*** Opening Data for analysis ***

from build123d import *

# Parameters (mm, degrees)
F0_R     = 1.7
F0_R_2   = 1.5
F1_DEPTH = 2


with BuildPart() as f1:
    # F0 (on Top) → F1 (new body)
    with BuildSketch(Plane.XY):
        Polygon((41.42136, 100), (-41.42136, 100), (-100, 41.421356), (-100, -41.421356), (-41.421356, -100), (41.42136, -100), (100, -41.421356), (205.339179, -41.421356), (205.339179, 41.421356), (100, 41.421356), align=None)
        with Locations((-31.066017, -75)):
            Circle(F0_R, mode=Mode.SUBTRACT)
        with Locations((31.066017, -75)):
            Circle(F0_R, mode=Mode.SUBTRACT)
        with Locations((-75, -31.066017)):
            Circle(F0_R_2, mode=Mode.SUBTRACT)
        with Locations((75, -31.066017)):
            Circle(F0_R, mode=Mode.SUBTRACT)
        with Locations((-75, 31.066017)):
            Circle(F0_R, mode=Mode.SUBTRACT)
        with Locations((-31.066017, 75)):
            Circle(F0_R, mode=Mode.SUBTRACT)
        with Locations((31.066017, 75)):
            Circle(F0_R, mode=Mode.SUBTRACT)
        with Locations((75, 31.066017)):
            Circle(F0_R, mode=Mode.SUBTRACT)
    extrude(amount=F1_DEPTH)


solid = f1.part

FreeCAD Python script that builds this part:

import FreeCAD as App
import Part
import Sketcher


def add_polygon(sketch, points):
    """Adds a closed chain of lines whose ends are joined by coincident constraints."""
    first, n = sketch.GeometryCount, len(points)
    for a, b in zip(points, points[1:] + points[:1]):
        sketch.addGeometry(Part.LineSegment(App.Vector(*a, 0), App.Vector(*b, 0)), False)
    for i in range(n):
        sketch.addConstraint(Sketcher.Constraint("Coincident", first + i, 2, first + (i + 1) % n, 1))

doc = App.newDocument("Part")
body = doc.addObject("PartDesign::Body", "Body")

sketch1 = body.newObject("Sketcher::SketchObject", "Sketch")
sketch1.AttachmentSupport = (doc.getObject("XY_Plane"), [""])
sketch1.MapMode = "FlatFace"
add_polygon(sketch1, [(41.42136, 100), (-41.42136, 100), (-100, 41.421356), (-100, -41.421356), (-41.421356, -100), (41.42136, -100), (100, -41.421356), (205.339179, -41.421356), (205.339179, 41.421356), (100, 41.421356)])
sketch1.addGeometry(Part.Circle(App.Vector(-31.066017, -75, 0), App.Vector(0, 0, 1), 1.7), False)
sketch1.addGeometry(Part.Circle(App.Vector(-75, -31.066017, 0), App.Vector(0, 0, 1), 1.5), False)
sketch1.addGeometry(Part.Circle(App.Vector(31.066017, -75, 0), App.Vector(0, 0, 1), 1.7), False)
sketch1.addGeometry(Part.Circle(App.Vector(75, -31.066017, 0), App.Vector(0, 0, 1), 1.7), False)
sketch1.addGeometry(Part.Circle(App.Vector(-75, 31.066017, 0), App.Vector(0, 0, 1), 1.7), False)
sketch1.addGeometry(Part.Circle(App.Vector(-31.066017, 75, 0), App.Vector(0, 0, 1), 1.7), False)
sketch1.addGeometry(Part.Circle(App.Vector(75, 31.066017, 0), App.Vector(0, 0, 1), 1.7), False)
sketch1.addGeometry(Part.Circle(App.Vector(31.066017, 75, 0), App.Vector(0, 0, 1), 1.7), False)
sketch1.addConstraint([
    Sketcher.Constraint("Horizontal", 0),
    Sketcher.Constraint("Vertical", 2),
    Sketcher.Constraint("Horizontal", 4),
    Sketcher.Constraint("Horizontal", 6),
    Sketcher.Constraint("Vertical", 7),
    Sketcher.Constraint("Horizontal", 8),
    Sketcher.Constraint("Equal", 10, 12),
    Sketcher.Constraint("Equal", 12, 13),
    Sketcher.Constraint("Equal", 13, 14),
    Sketcher.Constraint("Equal", 14, 15),
    Sketcher.Constraint("Equal", 15, 16),
    Sketcher.Constraint("Equal", 16, 17),
    Sketcher.Constraint("Symmetric", 13, 3, 14, 3, -1, 1),
    Sketcher.Constraint("Symmetric", 12, 3, 15, 3, -1, 1),
    Sketcher.Constraint("Symmetric", 11, 3, 16, 3, -1, 1),
    Sketcher.Constraint("Symmetric", 10, 3, 17, 3, -1, 1),
    Sketcher.Constraint("Symmetric", 0, 2, 4, 2, -1, 1),
    Sketcher.Constraint("Symmetric", 1, 2, 5, 2, -1, 1),
    Sketcher.Constraint("Symmetric", 2, 2, 8, 2, -1, 1),
    Sketcher.Constraint("Symmetric", 10, 3, 12, 3, -2),
    Sketcher.Constraint("Symmetric", 11, 3, 13, 3, -2),
    Sketcher.Constraint("Perpendicular", 1, 3),
    Sketcher.Constraint("Perpendicular", 5, 9),
    Sketcher.Constraint("Horizontal", 2, 2, 5, 2),
    Sketcher.Constraint("Vertical", 4, 2, 9, 2),
    Sketcher.Constraint("Diameter", 11, 3.0),
    Sketcher.Constraint("Diameter", 10, 3.4),
    Sketcher.Constraint("DistanceY", 10, 3, -1, 1, 75.0),
    Sketcher.Constraint("DistanceX", 11, 3, -1, 1, 75.0),
    Sketcher.Constraint("DistanceY", -1, 1, 0, 2, 100.0),
    Sketcher.Constraint("DistanceX", 1, 2, -1, 1, 100.0),
    Sketcher.Constraint("DistanceX", 0, 2, 0, 1, 82.84272),
    Sketcher.Constraint("DistanceX", 6, 1, 6, 2, 105.339179),
    Sketcher.Constraint("DistanceY", 14, 3, 1, 2, 10.355339),
    Sketcher.Constraint("DistanceX", 3, 2, 10, 3, 10.355339),
])
pad1 = body.newObject("PartDesign::Pad", "Pad")
pad1.Profile = sketch1
pad1.Length = 2

doc.recompute()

*** Closing Data for analysis ***

■ **Task objective**: Filter the data for the string "Locations". Copy each matching line.

■ **Solved exercise**:
        with Locations((-31.066017, -75)):
        with Locations((31.066017, -75)):
        with Locations((-75, -31.066017)):
        with Locations((75, -31.066017)):
        with Locations((-75, 31.066017)):
        with Locations((-31.066017, 75)):
        with Locations((31.066017, 75)):
        with Locations((75, 31.066017)):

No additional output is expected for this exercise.